Stored data:
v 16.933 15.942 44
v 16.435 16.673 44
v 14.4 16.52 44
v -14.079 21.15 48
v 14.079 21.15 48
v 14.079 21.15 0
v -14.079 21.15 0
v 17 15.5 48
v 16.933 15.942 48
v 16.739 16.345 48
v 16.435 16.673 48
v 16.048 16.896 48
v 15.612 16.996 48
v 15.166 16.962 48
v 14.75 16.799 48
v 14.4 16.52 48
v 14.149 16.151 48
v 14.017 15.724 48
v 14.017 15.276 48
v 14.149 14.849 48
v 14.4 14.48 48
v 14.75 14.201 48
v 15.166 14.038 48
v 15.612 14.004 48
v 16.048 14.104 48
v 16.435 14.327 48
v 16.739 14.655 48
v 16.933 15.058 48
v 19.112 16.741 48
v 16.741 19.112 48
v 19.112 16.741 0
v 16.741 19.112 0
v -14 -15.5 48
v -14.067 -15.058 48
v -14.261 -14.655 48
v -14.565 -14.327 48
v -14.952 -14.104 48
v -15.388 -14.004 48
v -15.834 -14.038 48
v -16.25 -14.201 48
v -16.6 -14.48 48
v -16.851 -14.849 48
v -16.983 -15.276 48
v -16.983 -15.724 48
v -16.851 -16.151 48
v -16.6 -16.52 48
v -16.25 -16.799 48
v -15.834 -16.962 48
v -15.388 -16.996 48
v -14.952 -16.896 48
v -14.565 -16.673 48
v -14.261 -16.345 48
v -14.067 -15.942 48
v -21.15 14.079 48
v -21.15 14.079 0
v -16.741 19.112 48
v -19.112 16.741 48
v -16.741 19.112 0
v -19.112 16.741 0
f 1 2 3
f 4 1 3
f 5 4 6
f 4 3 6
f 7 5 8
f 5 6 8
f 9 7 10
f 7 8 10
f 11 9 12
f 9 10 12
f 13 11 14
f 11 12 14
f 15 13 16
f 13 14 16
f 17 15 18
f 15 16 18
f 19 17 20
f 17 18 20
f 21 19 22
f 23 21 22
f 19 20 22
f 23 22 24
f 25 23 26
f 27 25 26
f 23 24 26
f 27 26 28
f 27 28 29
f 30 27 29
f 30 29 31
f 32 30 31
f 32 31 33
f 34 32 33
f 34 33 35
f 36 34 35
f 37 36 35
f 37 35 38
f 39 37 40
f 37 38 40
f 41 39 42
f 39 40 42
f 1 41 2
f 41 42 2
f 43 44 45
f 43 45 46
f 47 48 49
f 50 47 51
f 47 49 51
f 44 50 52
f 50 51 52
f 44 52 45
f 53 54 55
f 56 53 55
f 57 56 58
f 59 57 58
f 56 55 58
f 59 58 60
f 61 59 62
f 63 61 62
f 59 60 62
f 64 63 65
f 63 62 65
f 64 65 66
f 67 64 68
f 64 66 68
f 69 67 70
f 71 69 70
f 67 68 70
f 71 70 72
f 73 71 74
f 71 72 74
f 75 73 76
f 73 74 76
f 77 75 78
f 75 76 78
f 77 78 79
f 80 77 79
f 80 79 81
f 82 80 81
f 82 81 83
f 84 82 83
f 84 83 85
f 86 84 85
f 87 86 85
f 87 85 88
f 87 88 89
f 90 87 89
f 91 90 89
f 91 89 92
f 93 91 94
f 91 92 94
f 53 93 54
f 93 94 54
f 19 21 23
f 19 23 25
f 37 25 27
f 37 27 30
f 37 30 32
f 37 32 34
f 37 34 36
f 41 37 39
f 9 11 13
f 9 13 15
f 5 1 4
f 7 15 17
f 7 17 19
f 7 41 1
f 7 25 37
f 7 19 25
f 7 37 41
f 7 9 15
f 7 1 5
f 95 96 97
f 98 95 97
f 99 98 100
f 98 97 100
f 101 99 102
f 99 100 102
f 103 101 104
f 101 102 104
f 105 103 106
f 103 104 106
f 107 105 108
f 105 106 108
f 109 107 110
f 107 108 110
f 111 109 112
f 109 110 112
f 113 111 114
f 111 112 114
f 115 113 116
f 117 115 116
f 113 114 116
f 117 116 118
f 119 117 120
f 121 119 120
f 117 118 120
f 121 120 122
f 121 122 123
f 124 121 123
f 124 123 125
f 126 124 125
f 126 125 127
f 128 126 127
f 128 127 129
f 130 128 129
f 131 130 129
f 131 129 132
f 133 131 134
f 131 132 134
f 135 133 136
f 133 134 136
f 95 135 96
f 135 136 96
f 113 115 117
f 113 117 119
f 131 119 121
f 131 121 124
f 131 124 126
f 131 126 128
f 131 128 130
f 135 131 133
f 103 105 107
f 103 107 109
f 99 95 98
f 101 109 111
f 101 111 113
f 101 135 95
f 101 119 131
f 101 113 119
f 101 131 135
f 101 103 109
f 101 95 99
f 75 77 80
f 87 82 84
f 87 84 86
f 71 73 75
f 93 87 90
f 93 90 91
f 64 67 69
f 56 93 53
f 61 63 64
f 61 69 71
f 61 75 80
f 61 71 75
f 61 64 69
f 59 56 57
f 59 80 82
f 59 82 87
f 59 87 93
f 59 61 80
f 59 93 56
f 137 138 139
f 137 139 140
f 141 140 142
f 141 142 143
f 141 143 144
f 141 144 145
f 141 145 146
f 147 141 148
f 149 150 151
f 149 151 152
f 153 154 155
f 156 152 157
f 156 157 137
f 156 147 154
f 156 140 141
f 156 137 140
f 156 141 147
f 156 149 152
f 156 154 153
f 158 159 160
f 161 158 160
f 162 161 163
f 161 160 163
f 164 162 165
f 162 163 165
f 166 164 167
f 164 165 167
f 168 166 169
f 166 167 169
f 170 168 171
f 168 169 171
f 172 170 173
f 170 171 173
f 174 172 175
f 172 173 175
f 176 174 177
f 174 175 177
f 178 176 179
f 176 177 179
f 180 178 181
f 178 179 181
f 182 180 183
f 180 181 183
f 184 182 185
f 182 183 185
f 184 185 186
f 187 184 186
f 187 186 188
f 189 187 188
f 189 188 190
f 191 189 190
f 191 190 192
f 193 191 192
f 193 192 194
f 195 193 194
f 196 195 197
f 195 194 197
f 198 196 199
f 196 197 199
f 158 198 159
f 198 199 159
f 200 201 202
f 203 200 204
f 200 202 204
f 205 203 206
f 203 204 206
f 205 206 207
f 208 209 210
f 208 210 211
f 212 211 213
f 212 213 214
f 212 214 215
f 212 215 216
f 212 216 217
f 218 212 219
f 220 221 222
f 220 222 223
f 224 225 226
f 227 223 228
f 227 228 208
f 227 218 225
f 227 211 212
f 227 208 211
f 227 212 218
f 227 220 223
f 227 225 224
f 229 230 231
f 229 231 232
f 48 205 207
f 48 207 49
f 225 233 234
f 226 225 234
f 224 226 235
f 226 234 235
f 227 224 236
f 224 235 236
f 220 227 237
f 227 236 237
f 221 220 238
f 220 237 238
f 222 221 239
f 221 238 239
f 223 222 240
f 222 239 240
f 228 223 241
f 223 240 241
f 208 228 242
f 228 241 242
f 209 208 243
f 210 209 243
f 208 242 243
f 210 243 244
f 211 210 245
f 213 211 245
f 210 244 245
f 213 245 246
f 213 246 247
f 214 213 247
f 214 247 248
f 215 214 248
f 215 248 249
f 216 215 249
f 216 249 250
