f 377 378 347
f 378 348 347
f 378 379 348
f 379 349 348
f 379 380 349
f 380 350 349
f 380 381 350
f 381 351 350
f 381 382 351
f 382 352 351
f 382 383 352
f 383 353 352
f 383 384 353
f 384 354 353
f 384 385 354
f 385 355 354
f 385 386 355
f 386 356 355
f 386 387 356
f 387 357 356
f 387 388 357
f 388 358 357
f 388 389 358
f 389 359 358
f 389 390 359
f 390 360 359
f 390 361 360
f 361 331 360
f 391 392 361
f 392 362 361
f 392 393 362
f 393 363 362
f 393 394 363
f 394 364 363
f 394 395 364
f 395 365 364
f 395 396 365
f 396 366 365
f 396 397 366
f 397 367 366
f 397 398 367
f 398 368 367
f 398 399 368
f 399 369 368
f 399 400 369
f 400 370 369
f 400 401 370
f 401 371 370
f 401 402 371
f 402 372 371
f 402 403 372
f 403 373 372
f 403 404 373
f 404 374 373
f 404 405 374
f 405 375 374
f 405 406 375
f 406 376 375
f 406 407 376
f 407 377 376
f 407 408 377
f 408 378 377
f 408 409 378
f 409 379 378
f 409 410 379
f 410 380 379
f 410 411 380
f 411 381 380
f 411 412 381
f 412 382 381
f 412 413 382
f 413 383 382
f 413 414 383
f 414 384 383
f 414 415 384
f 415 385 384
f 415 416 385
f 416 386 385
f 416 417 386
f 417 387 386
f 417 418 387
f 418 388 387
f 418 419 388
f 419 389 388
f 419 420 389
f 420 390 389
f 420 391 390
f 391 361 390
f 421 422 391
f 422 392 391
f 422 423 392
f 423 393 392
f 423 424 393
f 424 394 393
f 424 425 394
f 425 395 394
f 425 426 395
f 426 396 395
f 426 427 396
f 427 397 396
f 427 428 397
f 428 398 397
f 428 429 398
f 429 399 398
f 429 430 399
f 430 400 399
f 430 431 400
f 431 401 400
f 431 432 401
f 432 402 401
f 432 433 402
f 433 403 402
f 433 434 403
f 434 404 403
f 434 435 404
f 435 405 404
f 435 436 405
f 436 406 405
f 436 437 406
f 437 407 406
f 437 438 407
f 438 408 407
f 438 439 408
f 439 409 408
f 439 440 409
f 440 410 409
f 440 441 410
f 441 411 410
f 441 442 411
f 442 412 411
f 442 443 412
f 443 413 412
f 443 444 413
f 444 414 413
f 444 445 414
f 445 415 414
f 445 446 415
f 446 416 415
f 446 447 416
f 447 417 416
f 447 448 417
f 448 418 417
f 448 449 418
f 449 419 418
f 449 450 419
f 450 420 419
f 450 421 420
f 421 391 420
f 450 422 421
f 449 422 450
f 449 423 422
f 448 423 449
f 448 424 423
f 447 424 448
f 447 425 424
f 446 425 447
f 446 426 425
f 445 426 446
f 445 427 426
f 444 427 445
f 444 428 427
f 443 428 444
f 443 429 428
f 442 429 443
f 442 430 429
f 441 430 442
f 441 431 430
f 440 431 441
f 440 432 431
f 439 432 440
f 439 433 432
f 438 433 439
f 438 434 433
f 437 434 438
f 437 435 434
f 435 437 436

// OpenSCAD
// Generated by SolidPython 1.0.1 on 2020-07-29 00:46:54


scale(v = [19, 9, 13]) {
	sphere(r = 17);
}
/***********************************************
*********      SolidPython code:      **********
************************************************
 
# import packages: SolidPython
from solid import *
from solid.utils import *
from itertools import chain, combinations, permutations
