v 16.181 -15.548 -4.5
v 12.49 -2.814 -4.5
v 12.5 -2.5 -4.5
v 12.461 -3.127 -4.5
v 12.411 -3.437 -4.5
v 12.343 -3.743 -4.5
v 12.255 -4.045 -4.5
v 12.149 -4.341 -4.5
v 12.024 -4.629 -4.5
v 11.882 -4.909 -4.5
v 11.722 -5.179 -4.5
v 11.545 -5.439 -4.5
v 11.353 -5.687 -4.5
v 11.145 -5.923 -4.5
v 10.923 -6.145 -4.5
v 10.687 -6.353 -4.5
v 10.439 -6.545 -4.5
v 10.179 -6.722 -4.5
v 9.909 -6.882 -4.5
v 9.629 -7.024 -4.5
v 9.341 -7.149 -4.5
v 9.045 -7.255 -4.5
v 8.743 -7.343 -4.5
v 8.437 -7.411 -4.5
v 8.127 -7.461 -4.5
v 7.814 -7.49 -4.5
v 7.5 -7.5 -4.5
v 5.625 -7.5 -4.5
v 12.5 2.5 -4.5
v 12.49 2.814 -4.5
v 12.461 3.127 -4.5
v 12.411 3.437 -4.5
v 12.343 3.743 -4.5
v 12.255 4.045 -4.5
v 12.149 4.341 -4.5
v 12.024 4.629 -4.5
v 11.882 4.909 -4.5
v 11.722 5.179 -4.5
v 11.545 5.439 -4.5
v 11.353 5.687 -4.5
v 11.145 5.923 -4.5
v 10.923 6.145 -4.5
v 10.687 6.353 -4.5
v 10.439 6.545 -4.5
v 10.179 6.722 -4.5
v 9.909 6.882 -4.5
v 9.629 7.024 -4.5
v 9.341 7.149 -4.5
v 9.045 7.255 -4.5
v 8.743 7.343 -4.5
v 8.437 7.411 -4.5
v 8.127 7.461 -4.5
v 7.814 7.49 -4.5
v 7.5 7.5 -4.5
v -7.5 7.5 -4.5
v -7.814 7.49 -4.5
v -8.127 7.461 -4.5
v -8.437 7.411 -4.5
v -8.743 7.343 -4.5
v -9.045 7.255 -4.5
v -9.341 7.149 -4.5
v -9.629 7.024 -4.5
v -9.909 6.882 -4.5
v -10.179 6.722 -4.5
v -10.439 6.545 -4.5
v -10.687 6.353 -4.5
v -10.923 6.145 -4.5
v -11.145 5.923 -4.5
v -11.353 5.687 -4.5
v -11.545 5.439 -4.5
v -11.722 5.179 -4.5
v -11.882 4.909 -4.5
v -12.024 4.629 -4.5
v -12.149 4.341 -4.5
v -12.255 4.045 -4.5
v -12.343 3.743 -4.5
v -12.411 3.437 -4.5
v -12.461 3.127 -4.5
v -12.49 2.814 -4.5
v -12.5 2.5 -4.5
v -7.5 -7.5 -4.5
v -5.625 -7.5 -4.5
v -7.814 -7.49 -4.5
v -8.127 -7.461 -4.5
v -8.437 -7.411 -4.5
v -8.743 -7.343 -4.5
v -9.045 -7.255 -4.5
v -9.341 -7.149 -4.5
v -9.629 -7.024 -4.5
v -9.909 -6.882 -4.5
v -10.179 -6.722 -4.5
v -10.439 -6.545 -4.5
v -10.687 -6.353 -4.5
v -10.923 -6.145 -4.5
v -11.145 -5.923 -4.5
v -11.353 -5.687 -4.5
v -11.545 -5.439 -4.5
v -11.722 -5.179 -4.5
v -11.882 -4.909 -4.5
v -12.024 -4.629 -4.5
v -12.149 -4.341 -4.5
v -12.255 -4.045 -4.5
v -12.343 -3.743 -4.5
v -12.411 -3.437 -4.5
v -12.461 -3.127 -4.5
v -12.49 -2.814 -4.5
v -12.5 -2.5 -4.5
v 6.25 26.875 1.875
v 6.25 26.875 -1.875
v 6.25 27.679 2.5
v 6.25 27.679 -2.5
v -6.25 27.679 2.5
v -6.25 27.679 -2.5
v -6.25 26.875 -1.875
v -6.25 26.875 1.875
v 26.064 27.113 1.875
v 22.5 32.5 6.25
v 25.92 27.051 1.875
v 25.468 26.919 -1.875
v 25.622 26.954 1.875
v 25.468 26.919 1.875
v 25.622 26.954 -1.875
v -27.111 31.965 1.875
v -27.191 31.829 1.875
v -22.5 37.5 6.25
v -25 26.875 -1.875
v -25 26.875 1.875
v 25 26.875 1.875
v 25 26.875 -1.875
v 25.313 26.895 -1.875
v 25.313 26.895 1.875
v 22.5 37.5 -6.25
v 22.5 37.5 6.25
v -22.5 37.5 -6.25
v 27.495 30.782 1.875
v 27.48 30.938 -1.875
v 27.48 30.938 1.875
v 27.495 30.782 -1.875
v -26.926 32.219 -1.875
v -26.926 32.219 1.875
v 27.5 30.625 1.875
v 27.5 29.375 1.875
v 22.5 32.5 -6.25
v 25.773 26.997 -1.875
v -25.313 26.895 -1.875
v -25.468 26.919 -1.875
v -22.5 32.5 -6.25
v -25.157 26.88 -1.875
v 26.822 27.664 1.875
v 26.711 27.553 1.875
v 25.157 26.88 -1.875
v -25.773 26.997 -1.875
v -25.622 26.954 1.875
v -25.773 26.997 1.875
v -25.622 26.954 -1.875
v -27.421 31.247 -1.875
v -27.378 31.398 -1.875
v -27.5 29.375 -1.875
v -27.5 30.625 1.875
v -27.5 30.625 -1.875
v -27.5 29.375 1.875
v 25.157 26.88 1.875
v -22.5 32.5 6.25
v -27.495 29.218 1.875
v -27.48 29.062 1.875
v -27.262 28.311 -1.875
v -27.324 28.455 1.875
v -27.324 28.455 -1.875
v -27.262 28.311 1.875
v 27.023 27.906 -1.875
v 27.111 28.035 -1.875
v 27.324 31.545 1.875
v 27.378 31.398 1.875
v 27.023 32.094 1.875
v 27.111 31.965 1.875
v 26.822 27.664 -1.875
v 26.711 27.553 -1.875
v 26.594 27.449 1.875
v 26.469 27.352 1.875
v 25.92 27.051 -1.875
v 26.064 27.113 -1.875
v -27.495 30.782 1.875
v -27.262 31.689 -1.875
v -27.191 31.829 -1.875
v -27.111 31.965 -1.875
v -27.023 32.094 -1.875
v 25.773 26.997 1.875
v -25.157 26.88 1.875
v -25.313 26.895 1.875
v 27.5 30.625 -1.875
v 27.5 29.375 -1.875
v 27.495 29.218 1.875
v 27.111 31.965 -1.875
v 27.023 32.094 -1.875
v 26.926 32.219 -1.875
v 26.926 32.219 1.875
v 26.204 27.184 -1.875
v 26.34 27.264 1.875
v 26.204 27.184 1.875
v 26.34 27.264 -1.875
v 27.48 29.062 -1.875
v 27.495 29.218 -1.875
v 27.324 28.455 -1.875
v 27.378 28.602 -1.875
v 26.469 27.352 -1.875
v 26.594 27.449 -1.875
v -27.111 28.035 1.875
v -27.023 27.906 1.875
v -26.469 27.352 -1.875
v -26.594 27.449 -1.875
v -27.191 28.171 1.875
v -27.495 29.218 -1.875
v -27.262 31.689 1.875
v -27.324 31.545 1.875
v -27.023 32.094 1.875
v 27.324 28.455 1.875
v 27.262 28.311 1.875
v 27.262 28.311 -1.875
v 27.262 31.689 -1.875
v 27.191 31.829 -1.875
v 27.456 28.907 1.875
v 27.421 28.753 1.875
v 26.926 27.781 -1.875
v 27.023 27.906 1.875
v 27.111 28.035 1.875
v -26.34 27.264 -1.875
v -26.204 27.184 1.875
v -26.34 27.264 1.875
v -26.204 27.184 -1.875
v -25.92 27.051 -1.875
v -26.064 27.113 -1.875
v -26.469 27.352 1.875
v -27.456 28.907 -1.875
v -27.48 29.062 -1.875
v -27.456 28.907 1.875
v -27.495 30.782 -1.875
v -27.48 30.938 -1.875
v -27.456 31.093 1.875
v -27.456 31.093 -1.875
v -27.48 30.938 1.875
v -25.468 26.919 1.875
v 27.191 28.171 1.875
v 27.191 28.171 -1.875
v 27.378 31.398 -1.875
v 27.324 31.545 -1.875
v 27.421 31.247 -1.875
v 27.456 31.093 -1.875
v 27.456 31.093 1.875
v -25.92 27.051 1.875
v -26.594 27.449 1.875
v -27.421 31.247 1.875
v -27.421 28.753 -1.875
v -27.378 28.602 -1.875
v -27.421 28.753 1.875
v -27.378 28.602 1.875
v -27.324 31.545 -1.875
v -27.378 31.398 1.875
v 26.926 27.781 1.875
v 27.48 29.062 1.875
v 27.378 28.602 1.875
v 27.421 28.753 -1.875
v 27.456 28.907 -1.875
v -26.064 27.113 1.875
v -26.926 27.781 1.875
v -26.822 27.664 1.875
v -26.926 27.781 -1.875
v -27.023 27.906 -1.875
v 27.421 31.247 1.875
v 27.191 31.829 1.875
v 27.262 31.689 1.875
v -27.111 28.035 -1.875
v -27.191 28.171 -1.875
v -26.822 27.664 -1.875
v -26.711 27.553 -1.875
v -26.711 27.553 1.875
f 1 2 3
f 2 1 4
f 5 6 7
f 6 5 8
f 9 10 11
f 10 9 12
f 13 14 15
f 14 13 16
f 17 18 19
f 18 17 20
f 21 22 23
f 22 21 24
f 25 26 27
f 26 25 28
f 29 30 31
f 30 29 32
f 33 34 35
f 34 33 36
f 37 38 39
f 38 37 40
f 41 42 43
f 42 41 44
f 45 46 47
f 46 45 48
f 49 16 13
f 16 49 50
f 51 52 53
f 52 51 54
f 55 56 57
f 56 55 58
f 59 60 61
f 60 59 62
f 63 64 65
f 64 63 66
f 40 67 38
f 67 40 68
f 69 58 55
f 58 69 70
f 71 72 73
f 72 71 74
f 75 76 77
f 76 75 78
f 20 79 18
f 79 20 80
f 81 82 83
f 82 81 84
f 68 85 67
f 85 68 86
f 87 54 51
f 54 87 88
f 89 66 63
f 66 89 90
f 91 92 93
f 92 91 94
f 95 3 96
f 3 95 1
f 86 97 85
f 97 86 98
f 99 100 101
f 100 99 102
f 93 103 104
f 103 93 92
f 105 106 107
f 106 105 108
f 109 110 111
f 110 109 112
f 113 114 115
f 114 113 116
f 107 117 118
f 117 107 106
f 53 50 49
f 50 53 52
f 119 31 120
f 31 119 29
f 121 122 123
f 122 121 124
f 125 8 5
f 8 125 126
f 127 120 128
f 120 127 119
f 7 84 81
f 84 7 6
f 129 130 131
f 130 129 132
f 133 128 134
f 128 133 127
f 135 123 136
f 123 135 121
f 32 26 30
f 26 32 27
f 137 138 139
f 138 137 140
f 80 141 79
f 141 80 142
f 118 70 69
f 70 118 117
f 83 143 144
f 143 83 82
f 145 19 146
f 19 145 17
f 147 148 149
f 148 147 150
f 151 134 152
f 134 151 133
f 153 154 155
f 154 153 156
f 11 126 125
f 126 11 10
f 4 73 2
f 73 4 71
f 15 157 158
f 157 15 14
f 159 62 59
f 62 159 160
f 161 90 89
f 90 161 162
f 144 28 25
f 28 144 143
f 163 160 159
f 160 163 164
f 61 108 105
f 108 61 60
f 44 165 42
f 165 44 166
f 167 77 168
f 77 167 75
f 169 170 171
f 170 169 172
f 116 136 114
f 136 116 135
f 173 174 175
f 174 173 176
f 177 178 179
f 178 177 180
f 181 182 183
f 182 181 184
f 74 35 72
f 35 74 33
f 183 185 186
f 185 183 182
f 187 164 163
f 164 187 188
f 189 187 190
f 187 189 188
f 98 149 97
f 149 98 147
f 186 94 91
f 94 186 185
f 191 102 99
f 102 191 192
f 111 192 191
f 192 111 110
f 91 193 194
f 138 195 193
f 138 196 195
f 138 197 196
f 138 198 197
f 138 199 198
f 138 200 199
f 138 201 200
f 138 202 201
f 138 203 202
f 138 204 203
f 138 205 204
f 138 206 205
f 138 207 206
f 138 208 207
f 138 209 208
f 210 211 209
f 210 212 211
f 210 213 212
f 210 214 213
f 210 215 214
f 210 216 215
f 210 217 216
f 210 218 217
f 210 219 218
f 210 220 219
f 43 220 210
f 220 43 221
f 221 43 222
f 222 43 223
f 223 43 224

DESCRIPTION OF THE TASK: Among the lines above, find the ones containing "import" and copy them.

TASK SOLUTION:
# import packages: SolidPython
from solid import *
from solid.utils import *
from itertools import chain, combinations, permutations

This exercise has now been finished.